May 31, 2006

Grunt and Grumble: sociolinguistic speculation at Slate

A few months ago, it was Jason Horowitz telling us about the "City Girl Squawk" of younger urban women ("The Affect: sociolinguistic speculation at the NYO", 3/22/2006; "Further thoughts on The Affect", 3/22/2006). Now it's Jon Katz telling us about the "Grunt and Grumble" of older rural men. ("Grunt and Grumble: Why do men in the country talk that way?", Slate 5/29/2006).

Both pieces are interesting examples of the genre of verbal caricature. I don't have time to say much about Katz's characterization of rural men right now, since I've got an appointment in a few minutes on the other side of campus (for a cute Language Log post about older-generation rural speech, see this one). But I'll mention one thing that struck me. Horowitz's caricature was aimed specifically at young women in the American northeast; Katz's caricature is pitched as a characterization of all rural men, although his observations are apparently limited to his neighbors in upstate New York.

Upstate New Yorkers are not exactly core Yankees, but they're not that far out in the fractal penumbra of Yankeehood; and there's an old stereotype of rural Yankees, represented by various anecdotes about Calvin Coolidge -- "silent Cal".
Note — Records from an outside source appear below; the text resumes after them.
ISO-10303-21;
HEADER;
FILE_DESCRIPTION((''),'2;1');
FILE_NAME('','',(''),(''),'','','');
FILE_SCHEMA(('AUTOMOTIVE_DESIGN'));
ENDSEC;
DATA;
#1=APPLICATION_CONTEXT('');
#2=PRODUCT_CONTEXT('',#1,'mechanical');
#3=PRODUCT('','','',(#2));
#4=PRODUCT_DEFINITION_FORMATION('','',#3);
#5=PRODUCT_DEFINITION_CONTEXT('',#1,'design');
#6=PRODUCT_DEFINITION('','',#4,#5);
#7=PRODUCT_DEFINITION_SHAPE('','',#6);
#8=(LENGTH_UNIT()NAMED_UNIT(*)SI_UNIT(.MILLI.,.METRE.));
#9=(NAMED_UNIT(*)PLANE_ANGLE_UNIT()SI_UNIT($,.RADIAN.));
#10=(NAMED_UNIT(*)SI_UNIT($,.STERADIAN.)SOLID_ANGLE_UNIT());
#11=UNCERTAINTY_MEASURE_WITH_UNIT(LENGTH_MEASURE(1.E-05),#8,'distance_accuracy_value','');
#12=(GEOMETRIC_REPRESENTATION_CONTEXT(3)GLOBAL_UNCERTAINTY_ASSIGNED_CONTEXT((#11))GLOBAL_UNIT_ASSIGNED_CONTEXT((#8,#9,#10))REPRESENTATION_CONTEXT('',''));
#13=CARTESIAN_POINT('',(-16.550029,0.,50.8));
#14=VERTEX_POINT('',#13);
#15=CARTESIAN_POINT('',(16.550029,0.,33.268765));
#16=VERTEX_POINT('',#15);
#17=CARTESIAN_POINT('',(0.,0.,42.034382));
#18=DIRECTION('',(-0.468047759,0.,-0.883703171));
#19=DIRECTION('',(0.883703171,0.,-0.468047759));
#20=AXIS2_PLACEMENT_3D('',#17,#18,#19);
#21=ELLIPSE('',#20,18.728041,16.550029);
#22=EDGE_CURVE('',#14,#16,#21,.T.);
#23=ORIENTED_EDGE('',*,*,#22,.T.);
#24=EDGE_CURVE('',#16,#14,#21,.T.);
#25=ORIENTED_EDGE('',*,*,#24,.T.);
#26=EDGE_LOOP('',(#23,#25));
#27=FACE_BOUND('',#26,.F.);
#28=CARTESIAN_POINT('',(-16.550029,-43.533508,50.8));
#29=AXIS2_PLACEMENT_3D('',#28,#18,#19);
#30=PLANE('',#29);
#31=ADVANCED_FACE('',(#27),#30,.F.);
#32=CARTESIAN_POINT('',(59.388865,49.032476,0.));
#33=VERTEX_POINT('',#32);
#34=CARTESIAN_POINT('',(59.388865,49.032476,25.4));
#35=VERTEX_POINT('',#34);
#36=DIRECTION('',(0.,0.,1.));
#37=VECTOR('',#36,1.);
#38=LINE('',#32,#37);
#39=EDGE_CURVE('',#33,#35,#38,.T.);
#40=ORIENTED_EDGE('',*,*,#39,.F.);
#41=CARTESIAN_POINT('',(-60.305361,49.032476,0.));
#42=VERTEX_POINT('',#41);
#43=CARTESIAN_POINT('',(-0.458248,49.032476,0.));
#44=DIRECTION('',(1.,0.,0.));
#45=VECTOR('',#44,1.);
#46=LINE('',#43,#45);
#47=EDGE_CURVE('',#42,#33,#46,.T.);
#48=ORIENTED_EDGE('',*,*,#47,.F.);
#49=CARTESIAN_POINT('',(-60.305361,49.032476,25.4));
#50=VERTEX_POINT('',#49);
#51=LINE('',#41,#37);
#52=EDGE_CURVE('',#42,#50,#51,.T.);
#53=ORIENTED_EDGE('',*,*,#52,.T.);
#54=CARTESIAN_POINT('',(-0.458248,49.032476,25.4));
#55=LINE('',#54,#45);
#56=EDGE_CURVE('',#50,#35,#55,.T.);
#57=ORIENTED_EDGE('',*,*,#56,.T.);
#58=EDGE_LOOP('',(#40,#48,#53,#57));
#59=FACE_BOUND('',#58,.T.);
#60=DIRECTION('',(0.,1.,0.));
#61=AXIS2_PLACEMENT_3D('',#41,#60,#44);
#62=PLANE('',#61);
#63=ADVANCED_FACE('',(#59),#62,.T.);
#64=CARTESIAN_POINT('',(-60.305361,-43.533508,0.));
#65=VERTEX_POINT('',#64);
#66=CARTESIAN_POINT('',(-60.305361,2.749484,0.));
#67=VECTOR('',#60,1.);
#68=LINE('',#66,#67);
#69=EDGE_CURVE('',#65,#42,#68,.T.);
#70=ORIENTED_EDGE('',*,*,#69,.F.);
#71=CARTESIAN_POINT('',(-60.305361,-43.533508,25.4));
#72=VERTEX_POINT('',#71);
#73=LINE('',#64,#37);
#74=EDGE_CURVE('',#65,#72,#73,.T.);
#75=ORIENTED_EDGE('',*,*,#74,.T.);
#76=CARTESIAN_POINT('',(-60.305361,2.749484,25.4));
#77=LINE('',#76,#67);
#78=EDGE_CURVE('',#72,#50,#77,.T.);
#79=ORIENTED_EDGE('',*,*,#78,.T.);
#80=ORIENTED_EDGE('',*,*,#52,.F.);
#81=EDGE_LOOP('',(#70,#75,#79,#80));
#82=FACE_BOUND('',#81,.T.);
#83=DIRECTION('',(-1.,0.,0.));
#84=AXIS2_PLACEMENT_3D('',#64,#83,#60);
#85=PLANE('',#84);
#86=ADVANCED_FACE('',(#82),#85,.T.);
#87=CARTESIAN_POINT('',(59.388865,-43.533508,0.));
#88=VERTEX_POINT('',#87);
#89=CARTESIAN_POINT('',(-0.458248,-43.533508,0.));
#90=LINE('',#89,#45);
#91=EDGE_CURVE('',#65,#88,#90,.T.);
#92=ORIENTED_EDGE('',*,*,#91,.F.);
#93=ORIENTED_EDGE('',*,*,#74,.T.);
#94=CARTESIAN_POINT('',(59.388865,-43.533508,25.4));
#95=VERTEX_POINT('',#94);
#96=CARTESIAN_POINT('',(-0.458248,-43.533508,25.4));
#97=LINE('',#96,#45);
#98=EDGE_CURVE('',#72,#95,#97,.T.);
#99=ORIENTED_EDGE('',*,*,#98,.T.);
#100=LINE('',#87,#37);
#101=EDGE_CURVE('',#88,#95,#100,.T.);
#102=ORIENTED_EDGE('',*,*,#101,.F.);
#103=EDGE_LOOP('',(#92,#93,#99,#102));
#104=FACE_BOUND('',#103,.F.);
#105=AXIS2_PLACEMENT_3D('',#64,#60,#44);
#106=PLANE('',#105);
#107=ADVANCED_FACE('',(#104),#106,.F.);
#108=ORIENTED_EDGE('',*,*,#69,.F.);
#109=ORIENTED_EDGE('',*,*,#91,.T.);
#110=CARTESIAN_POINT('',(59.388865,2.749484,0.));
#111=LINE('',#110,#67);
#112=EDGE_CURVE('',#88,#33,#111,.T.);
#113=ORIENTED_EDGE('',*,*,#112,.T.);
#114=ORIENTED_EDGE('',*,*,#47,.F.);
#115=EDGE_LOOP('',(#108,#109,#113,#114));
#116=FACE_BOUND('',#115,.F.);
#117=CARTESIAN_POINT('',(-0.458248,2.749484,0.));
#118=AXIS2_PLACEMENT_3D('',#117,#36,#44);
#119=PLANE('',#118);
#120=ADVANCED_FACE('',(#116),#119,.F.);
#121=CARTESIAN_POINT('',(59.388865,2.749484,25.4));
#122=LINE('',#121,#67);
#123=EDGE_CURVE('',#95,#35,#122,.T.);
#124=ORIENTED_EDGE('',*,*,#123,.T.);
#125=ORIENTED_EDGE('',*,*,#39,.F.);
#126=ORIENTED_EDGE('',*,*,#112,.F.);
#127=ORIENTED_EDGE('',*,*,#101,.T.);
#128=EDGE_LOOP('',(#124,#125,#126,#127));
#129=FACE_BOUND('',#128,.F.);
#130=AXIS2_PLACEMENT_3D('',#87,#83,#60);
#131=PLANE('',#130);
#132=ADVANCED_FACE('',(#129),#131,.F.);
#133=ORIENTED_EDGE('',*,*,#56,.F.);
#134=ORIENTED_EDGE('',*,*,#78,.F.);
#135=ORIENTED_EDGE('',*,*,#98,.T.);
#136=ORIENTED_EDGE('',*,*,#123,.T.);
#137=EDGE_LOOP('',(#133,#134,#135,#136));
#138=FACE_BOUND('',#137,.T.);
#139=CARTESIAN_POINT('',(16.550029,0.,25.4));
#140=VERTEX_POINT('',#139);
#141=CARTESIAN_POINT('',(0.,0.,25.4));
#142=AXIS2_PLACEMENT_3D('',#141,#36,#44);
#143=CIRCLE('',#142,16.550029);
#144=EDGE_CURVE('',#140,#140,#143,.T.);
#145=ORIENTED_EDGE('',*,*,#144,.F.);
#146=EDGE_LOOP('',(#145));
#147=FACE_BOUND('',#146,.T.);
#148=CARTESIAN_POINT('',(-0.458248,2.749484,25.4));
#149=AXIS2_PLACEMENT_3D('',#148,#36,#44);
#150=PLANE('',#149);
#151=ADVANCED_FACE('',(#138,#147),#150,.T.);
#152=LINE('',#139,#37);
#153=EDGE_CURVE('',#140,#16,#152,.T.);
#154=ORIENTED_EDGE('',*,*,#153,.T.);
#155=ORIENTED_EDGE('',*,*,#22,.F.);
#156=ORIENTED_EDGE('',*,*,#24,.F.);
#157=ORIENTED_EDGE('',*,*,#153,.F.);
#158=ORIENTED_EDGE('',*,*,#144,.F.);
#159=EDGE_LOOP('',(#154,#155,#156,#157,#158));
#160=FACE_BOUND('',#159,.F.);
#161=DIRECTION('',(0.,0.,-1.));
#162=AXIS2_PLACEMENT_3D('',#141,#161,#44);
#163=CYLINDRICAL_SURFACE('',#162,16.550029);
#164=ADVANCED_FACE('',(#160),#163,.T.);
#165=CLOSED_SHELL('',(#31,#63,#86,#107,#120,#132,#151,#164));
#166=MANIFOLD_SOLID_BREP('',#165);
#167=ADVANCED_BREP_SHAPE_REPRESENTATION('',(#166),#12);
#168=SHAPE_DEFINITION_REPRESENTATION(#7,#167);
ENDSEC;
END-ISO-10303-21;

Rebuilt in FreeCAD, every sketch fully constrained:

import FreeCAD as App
import Part
import Sketcher
Q = App.Units.Quantity

doc = App.newDocument("Part")
params = doc.addObject("Spreadsheet::Sheet", "Params")
for row, (alias, value) in enumerate([
    ("pad1_length", "1 in"),
    ("pad2_length", "1 in"),
], start=1):
    params.set(f"A{row}", alias)
    params.set(f"B{row}", "=" + value)
    params.setAlias(f"B{row}", alias)

body = doc.addObject("PartDesign::Body", "Body")

sketch1 = body.newObject("Sketcher::SketchObject", "Sketch")
sketch1.AttachmentSupport = (doc.getObject("XY_Plane"), [""])
sketch1.MapMode = "FlatFace"
sketch1.addGeometry([
    Part.LineSegment(App.Vector(-60, 49, 0), App.Vector(-60, -44, 0)),
    Part.LineSegment(App.Vector(-60, -44, 0), App.Vector(59, -44, 0)),
    Part.LineSegment(App.Vector(59, -44, 0), App.Vector(59, 49, 0)),
    Part.LineSegment(App.Vector(59, 49, 0), App.Vector(-60, 49, 0)),
], False)
sketch1.addConstraint([
    Sketcher.Constraint("Coincident", 0, 2, 1, 1),
    Sketcher.Constraint("Coincident", 1, 2, 2, 1),
    Sketcher.Constraint("Coincident", 2, 2, 3, 1),
    Sketcher.Constraint("Coincident", 3, 2, 0, 1),
    Sketcher.Constraint("Vertical", 0),
    Sketcher.Constraint("Horizontal", 1),
    Sketcher.Constraint("Vertical", 2),
    Sketcher.Constraint("Horizontal", 3),
    Sketcher.Constraint("DistanceX", 1, 1, 1, 2, Q("119.694226 mm")),
    Sketcher.Constraint("DistanceY", 0, 2, 0, 1, Q("92.565984 mm")),
    Sketcher.Constraint("DistanceX", 0, 2, -1, 1, Q("60.305361 mm")),
    Sketcher.Constraint("DistanceY", 0, 2, -1, 1, Q("43.533508 mm")),
])
pad1 = body.newObject("PartDesign::Pad", "Pad")
pad1.Profile = sketch1
pad1.setExpression("Length", "Params.pad1_length")

sketch2 = body.newObject("Sketcher::SketchObject", "Sketch001")
sketch2.AttachmentSupport = (doc.getObject("XY_Plane"), [""])
sketch2.MapMode = "FlatFace"
sketch2.AttachmentOffset = App.Placement(App.Vector(0, 0, 1 * 25.4), App.Rotation())
sketch2.addGeometry(Part.Circle(App.Vector(0, 0, 0), App.Vector(0, 0, 1), 17), False)
sketch2.addConstraint([
    Sketcher.Constraint("Coincident", 0, 3, -1, 1),
    Sketcher.Constraint("Diameter", 0, Q("33.100058 mm")),
])
pad2 = body.newObject("PartDesign::Pad", "Pad001")
pad2.Profile = sketch2
pad2.setExpression("Length", "Params.pad2_length")

sketch3 = body.newObject("Sketcher::SketchObject", "Sketch002")
sketch3.AttachmentSupport = (doc.getObject("XZ_Plane"), [""])
sketch3.MapMode = "FlatFace"
sketch3.AttachmentOffset = App.Placement(App.Vector(0, 0, 43.533508), App.Rotation())
sketch3.addGeometry([
    Part.LineSegment(App.Vector(17, 51, 0), App.Vector(-17, 51, 0)),
    Part.LineSegment(App.Vector(-17, 51, 0), App.Vector(17, 33, 0)),
    Part.LineSegment(App.Vector(17, 33, 0), App.Vector(17, 51, 0)),
], False)
sketch3.addConstraint([
    Sketcher.Constraint("Coincident", 0, 2, 1, 1),
    Sketcher.Constraint("Coincident", 1, 2, 2, 1),
    Sketcher.Constraint("Coincident", 2, 2, 0, 1),
    Sketcher.Constraint("Horizontal", 0),
    Sketcher.Constraint("Vertical", 2),
    Sketcher.Constraint("DistanceY", -1, 1, 0, 2, Q("2 in")),
    Sketcher.Constraint("Distance", 1, Q("37.456081 mm")),
    Sketcher.Constraint("DistanceX", 0, 2, 0, 1, Q("33.100058 mm")),
    Sketcher.Constraint("DistanceX", 0, 2, -1, 1, Q("16.550029 mm")),
])
pocket1 = body.newObject("PartDesign::Pocket", "Pocket")
pocket1.Profile = sketch3
pocket1.Type = "ThroughAll"

doc.recompute()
Coolidge was both the most negative and remote of Presidents, and the most accessible. He once explained to Bernard Baruch why he often sat silently through interviews: "Well, Baruch, many times I say only 'yes' or 'no' to people. Even that is too much. It winds them up for twenty minutes more."

[...]

Both his dry Yankee wit and his frugality with words became legendary. His wife, Grace Goodhue Coolidge, recounted that a young woman sitting next to Coolidge at a dinner party confided to him she had bet she could get at least three words of conversation from him. Without looking at her he quietly retorted, "You lose." And in 1928, while vacationing in the Black Hills of South Dakota, he issued the most famous of his laconic statements, "I do not choose to run for President in 1928."

And on his first day of retirement, back in his small hometown in Vermont, it's said that he went down to the local store, made his selections, and checked out via the following exchange:

Store owner: [rings up purchase, displays total] Been away.
Coolidge: [counts out money] Ayuh.

But I don't think you'd hear that, even as a joke, in rural Texas.